Sensor Planning for Bayesian Nonparametric Target Modeling

Bayesian nonparametric models, such as the Gaussian process and the Dirichlet process, have been extensively applied for target kinematics modeling in various applications including environmental monitoring, traffic planning, endangered species tracking, dynamic scene analysis, autonomous robot navigation, and human motion modeling. As shown by these successful applications, Bayesian nonparametric models are able to adjust their complexities adaptively from data as necessary, and are resistant to overfitting or underfitting. However, most existing works assume that the sensor measurements used to learn the Bayesian nonparametric target kinematics models are obtained a priori or that the target kinematics can be measured by the sensor at any given time throughout the task.
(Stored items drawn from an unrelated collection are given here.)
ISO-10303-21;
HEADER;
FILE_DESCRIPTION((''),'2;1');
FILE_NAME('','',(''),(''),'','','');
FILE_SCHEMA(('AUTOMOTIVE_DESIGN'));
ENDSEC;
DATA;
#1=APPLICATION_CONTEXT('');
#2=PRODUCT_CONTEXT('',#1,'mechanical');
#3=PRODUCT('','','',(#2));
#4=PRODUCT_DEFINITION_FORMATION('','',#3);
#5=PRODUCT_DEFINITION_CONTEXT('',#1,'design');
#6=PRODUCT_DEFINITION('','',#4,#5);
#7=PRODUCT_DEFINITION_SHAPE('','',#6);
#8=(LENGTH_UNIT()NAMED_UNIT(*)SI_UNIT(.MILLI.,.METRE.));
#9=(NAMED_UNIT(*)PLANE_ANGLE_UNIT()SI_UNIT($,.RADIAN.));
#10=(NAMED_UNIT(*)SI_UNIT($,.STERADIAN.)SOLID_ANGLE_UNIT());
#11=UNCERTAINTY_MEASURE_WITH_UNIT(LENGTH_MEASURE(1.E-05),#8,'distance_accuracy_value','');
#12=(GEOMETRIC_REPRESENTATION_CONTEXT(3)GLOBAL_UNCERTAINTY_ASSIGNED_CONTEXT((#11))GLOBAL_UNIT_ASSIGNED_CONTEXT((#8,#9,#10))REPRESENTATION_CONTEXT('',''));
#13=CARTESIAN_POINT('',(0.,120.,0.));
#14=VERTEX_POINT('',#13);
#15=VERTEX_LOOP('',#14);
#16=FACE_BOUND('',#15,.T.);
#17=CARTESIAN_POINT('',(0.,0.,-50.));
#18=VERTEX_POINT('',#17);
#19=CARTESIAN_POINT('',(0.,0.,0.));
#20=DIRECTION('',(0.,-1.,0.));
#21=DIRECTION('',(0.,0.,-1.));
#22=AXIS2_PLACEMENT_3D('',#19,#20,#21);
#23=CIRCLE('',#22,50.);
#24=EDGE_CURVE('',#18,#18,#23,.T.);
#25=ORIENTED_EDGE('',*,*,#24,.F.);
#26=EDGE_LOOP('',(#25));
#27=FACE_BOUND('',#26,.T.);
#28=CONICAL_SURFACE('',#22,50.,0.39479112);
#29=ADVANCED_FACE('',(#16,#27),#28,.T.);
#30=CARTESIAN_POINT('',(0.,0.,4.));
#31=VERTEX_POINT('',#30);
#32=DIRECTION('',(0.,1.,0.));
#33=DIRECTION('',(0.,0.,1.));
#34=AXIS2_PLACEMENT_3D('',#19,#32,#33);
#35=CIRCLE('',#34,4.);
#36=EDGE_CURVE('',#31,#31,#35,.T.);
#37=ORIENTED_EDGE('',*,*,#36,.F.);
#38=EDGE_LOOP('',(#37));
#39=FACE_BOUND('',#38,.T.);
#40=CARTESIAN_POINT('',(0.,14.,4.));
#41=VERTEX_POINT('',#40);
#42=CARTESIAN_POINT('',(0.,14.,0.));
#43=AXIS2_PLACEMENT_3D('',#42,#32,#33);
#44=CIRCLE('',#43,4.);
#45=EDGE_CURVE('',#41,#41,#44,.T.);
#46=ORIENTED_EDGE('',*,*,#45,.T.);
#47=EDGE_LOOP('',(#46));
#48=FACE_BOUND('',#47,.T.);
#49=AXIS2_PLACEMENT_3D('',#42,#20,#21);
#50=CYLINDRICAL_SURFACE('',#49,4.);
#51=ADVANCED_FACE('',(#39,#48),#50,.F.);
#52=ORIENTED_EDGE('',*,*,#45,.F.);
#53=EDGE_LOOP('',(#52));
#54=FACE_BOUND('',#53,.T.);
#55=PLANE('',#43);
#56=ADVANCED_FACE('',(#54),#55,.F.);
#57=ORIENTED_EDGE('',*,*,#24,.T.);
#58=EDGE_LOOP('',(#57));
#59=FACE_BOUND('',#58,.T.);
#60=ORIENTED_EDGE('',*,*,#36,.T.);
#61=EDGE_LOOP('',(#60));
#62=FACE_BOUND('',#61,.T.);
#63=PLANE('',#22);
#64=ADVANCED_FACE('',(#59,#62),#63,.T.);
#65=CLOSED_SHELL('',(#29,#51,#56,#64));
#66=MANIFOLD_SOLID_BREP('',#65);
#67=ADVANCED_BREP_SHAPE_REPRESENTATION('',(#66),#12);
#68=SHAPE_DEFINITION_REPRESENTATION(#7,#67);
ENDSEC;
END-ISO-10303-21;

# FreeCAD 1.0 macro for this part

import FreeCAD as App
import Part
import Sketcher
from FreeCAD import Vector


def add_polygon(sketch, points):
    """Adds a closed chain of lines whose ends are joined by coincident constraints."""
    first, n = sketch.GeometryCount, len(points)
    for a, b in zip(points, points[1:] + points[:1]):
        sketch.addGeometry(Part.LineSegment(App.Vector(*a, 0), App.Vector(*b, 0)), False)
    for i in range(n):
        sketch.addConstraint(Sketcher.Constraint("Coincident", first + i, 2, first + (i + 1) % n, 1))

doc = App.newDocument("Part")
params = doc.addObject("Spreadsheet::Sheet", "Params")
for row, (alias, value) in enumerate([
    ("sketch1_width", "50 mm"),
    ("sketch1_height", "120 mm"),
    ("revolution_angle", "360 deg"),
    ("sketch2_diameter", "8 mm"),
    ("pocket1_length", "14 mm"),
], start=1):
    params.set(f"A{row}", alias)
    params.set(f"B{row}", "=" + value)
    params.setAlias(f"B{row}", alias)

body = doc.addObject("PartDesign::Body", "Body")

# Sketch on XY plane
sketch1 = body.newObject("Sketcher::SketchObject", "Sketch")
sketch1.AttachmentSupport = (doc.getObject("XY_Plane"), [""])
sketch1.MapMode = "FlatFace"
add_polygon(sketch1, [(0, 0), (50, 0), (0, 120)])  # lines 0-2
sketch1.addConstraint([
    Sketcher.Constraint("Horizontal", 0),
    Sketcher.Constraint("Vertical", 2),
    Sketcher.Constraint("Coincident", 2, 2, -1, 1),
    Sketcher.Constraint("DistanceX", 0, 1, 0, 2, 50.0),
    Sketcher.Constraint("DistanceY", 2, 2, 2, 1, 120.0),
])
sketch1.setExpression("Constraints[6]", "Params.sketch1_width")
sketch1.setExpression("Constraints[7]", "Params.sketch1_height")
revolution = body.newObject("PartDesign::Revolution", "Revolution")
revolution.Profile = sketch1
revolution.ReferenceAxis = (sketch1, ["V_Axis"])
revolution.setExpression("Angle", "Params.revolution_angle")

# Sketch on XZ plane
sketch2 = body.newObject("Sketcher::SketchObject", "Sketch001")
sketch2.AttachmentSupport = (doc.getObject("XZ_Plane"), [""])
sketch2.MapMode = "FlatFace"
sketch2.addGeometry(Part.Circle(Vector(0, 0, 0), Vector(0, 0, 1), 4), False)
sketch2.addConstraint([
    Sketcher.Constraint("Coincident", 0, 3, -1, 1),
    Sketcher.Constraint("Diameter", 0, 8.0),
])
sketch2.setExpression("Constraints[1]", "Params.sketch2_diameter")
pocket1 = body.newObject("PartDesign::Pocket", "Pocket")
pocket1.Profile = sketch2
pocket1.setExpression("Length", "Params.pocket1_length")

doc.recompute()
Little work has been done for controlling the sensor with bounded field of view to obtain measurements of mobile targets that are most informative for reducing the uncertainty of the Bayesian nonparametric models. To present the systematic sensor planning approach to leaning Bayesian nonparametric models, the Gaussian process target kinematics model is introduced at first, which is capable of describing time-invariant spatial phenomena, such as ocean currents, temperature distributions and wind velocity fields. The Dirichlet process-Gaussian process target kinematics model is subsequently discussed for modeling mixture of mobile targets, such as pedestrian motion patterns.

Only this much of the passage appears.